Vom großen Wollballen zum kleinen Faden

von Redaktion

Heute vor 160 Jahren startete der Bau des Hauptgebäudes der Kolbermoorer Spinnerei

Kolbermoor – „Es ist das älteste Foto Kolbermoors“, ist Anton Hamberger überzeugt. Er muss es wissen, er kennt die Mangfallstadt aus dem Effeff und die Spinnerei wie seine Westentasche – „ich kenne jeden Winkel“, sagt der 85-Jährige. Unzählige Ordner hat der Kolbermoorer zu Hause, die gefüllt sind mit Dokumenten, Plänen und Fotos. Sucht man etwas Bestimmtes, er weiß, wo er nachschauen muss und wird fündig. Wie auch jetzt.

1872 entstand
der Kamin

Denn das Foto, das vor 1872 entstanden sein soll, zeigt das Hauptgebäude der Spinnerei. Warum ist Hamberger sich ob der Jahreszahl so sicher? „Der Kamin fehlt, der wurde erst 1872 gebaut.“ Grundsteinlegung des Hauptgebäudes war heute vor exakt 160 Jahren. Am 13. April 1861.

Hamberger hat auch die Maße des sechsstöckigen Gebäudes parat: knapp 70 Meter lang, etwa 33 Meter breit und gut 27 Meter hoch. Das ist das Hauptgebäude in Zahlen. Und was war drin in dem sechsstöckigen Koloss? „Spinnerei- und Vorbereitungsmaschinen“, erklärt er. Letztere habe man für die Baumwolle, die in Ballen gepresst aus Amerika nach Kolbermoor kam, benötigt. Die Ballen wurden aufgelockert, gesäubert und die Stränge immer dünner – bis es Fäden waren. Dafür waren unzählige Maschinen nötig.

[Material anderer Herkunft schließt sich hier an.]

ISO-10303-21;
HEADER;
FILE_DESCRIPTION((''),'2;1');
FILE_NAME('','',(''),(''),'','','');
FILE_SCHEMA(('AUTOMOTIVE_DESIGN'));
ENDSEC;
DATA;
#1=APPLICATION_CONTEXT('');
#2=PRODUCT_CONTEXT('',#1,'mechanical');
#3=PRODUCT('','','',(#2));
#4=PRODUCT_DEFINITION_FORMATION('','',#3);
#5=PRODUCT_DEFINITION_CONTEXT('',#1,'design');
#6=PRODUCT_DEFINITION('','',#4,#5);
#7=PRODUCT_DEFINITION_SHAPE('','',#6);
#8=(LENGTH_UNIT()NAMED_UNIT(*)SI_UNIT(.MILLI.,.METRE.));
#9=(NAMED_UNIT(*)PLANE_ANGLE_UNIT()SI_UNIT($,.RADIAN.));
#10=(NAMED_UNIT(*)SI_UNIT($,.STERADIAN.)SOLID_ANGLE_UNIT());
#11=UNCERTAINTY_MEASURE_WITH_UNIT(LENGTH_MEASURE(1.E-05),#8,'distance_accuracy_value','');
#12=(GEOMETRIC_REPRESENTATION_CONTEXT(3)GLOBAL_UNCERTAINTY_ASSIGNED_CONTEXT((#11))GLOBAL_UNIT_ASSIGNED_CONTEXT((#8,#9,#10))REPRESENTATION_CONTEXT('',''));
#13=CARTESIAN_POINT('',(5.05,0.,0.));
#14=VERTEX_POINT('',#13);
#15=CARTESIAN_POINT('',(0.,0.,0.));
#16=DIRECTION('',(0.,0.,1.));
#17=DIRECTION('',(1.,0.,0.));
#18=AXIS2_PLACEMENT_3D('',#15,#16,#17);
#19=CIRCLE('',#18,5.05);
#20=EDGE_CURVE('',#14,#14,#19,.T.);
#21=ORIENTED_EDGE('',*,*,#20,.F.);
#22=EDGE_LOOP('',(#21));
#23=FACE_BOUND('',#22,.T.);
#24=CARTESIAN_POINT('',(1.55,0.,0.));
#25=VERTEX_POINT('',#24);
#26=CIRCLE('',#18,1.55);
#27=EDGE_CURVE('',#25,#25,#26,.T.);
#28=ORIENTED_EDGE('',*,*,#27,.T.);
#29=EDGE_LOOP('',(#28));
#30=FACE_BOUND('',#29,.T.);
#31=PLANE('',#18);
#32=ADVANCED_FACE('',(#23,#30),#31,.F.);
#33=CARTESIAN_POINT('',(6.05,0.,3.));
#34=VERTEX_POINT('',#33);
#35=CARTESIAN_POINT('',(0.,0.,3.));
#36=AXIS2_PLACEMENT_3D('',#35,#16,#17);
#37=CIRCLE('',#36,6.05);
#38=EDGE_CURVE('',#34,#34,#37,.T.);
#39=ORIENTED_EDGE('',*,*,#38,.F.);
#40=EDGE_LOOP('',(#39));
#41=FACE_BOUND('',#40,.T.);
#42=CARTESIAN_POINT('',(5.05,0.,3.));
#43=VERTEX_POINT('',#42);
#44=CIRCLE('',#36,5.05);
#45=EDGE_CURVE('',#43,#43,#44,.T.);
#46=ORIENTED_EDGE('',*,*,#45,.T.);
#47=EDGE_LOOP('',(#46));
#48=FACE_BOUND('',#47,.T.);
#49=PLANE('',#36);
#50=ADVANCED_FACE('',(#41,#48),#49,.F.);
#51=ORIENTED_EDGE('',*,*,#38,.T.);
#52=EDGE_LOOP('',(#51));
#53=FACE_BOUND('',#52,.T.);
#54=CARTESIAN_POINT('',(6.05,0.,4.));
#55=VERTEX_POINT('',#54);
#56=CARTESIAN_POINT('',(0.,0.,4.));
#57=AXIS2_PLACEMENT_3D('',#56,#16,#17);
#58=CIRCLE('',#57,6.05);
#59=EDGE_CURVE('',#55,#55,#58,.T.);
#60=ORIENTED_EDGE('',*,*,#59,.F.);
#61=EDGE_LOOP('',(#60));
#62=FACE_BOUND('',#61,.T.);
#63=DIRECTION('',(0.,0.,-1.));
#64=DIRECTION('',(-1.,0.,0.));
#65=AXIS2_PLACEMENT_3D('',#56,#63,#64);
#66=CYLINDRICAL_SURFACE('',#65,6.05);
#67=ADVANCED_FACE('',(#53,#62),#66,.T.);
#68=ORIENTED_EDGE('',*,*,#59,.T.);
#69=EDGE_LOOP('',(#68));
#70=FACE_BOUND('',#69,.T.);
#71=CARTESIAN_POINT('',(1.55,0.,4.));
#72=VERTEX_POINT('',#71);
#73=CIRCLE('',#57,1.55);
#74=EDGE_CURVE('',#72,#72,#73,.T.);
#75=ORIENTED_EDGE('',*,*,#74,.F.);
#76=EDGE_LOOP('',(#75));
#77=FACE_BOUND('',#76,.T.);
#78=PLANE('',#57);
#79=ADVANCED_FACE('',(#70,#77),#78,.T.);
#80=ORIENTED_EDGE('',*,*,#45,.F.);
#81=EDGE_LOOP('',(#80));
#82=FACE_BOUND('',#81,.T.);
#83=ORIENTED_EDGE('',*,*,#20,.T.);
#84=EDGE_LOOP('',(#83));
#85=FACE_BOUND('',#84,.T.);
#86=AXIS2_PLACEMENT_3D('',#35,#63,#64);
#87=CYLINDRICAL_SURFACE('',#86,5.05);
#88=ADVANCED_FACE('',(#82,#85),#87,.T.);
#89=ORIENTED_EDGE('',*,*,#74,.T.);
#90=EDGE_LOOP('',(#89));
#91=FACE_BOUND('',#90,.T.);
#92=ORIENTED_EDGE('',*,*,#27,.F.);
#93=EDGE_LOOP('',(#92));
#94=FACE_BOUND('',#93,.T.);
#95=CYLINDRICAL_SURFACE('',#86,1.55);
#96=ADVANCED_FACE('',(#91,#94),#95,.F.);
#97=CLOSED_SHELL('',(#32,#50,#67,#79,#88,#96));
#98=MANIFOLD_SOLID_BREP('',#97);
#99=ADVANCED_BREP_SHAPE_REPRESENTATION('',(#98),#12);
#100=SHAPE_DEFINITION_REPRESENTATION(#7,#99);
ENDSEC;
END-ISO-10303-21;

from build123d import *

# Parameters (mm, degrees)
SKETCH1_R           = 5.05
SKETCH1_R_2         = 1.55
BOSS_EXTRUDE1_DEPTH = 3
SKETCH2_R           = 6.05
SKETCH2_R_2         = 1.55
BOSS_EXTRUDE2_DEPTH = 1


with BuildPart() as part:
    # Sketch1 → Boss-Extrude1 (new body)
    with BuildSketch(Plane.XY):
        Circle(SKETCH1_R)
        Circle(SKETCH1_R_2, mode=Mode.SUBTRACT)
    extrude(amount=BOSS_EXTRUDE1_DEPTH)

    # Sketch2 → Boss-Extrude2 (add)
    with BuildSketch(Plane.XY.offset(3)):
        Circle(SKETCH2_R)
        Circle(SKETCH2_R_2, mode=Mode.SUBTRACT)
    extrude(amount=BOSS_EXTRUDE2_DEPTH)


solid = part.part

Hamberger erklärt, dass in diesem Gebäude ein „extremer Lärm geherrscht haben muss, ebenso war es extrem staubig.“ Aber das Gebäude war nicht von langer Dauer: 1898 ist es komplett abgebrannt – was die Ursache war, kann Hamberger nicht sagen. An gleicher Stelle wurde ein dreistöckiges Gebäude gebaut – darin sind heute Praxen und Büros.

Hamberger weiß wovon er spricht, denn er ist Spinnerei-Experte, obwohl er das gar nicht gerne hört. Dennoch: Alles was mit der Kolbermoorer Fabrik –„ohne sie gäbe es Kolbermor nicht“ – zu tun hat, weiß er. Kein Wunder, er hat als 14-Jähriger als Hilfsarbeiter in der Spinnerei begonnen – damals hat er 52 Stunden in der Woche gearbeitet, erinnert sich der heute 85-Jährige. Der Lohn: 50 Pfennig. Ein Spinner habe damals eine Mark bekommen.

Vom Hilfsarbeiter hat Hamberger sich hochgearbeitet – bis zum Assistenten des Spinnereileiters, erzählt er. Auch er kann sich noch heute an den Lärm erinnern, der durch die riesigen Maschinen entstand und den Staub. „Das habe ich in den 50er-Jahren noch selbst erlebt“, sagt er. Damals habe man viele Betriebsausflüge unternommen, nach Garmisch oder Oberammergau. Bis zu 1000 Leute nahmen an den Ausflügen teil.

1993 wurden die Fabriktore für immer geschlossen. Aber alles Wissenswerte über diese Fabrik hat Hamberger entweder im Kopf oder in seinen Ordnern.

Geschichte des einstigen Fabrik-Koloss‘

Baustart des Hauptgebäudes der Spinnerei war am 13. April 1861. Knapp ein Jahr später, am 12. Januar 1862, war laut Hamberger der Rohbau mit Dacheindeckung fertig. Der Dachstuhl wurde von dem Zimmermannsmeister und späteren Bürgermeister Mathias Stadler gebaut. Gleichzeitig mit dem Hauptgebäude entstanden das Batteurhaus (Alte Spinnerei 3), das Baumwollmagazin (Alte Spinnerei 1), ein Verwaltungsgebäude, das später ein Wohnhaus wurde, das Direktorhaus und sechs Arbeiterhäuser für 36 Familien sowie das alte Turbinenhaus, das heutige E-Werk. Bereits im Januar 1861 wurde laut Hamberger Theodor Hassler als technischer Direktor mit einem Jahresgehalt von 2000 Gulden in den Dienst genommen. 86 Aktionäre zeichneten ab Januar 1861 Anteile in Höhe von 1,144 Millionen Gulden für den Aufbau der Spinnerei. Mit 20000 Gulden war auch „Seine Königliche Hoheit Prinz Luitpold“ beteiligt. 1863 wurden schon die ersten 11000 Spindeln zur Garnproduktion in Betrieb genommen.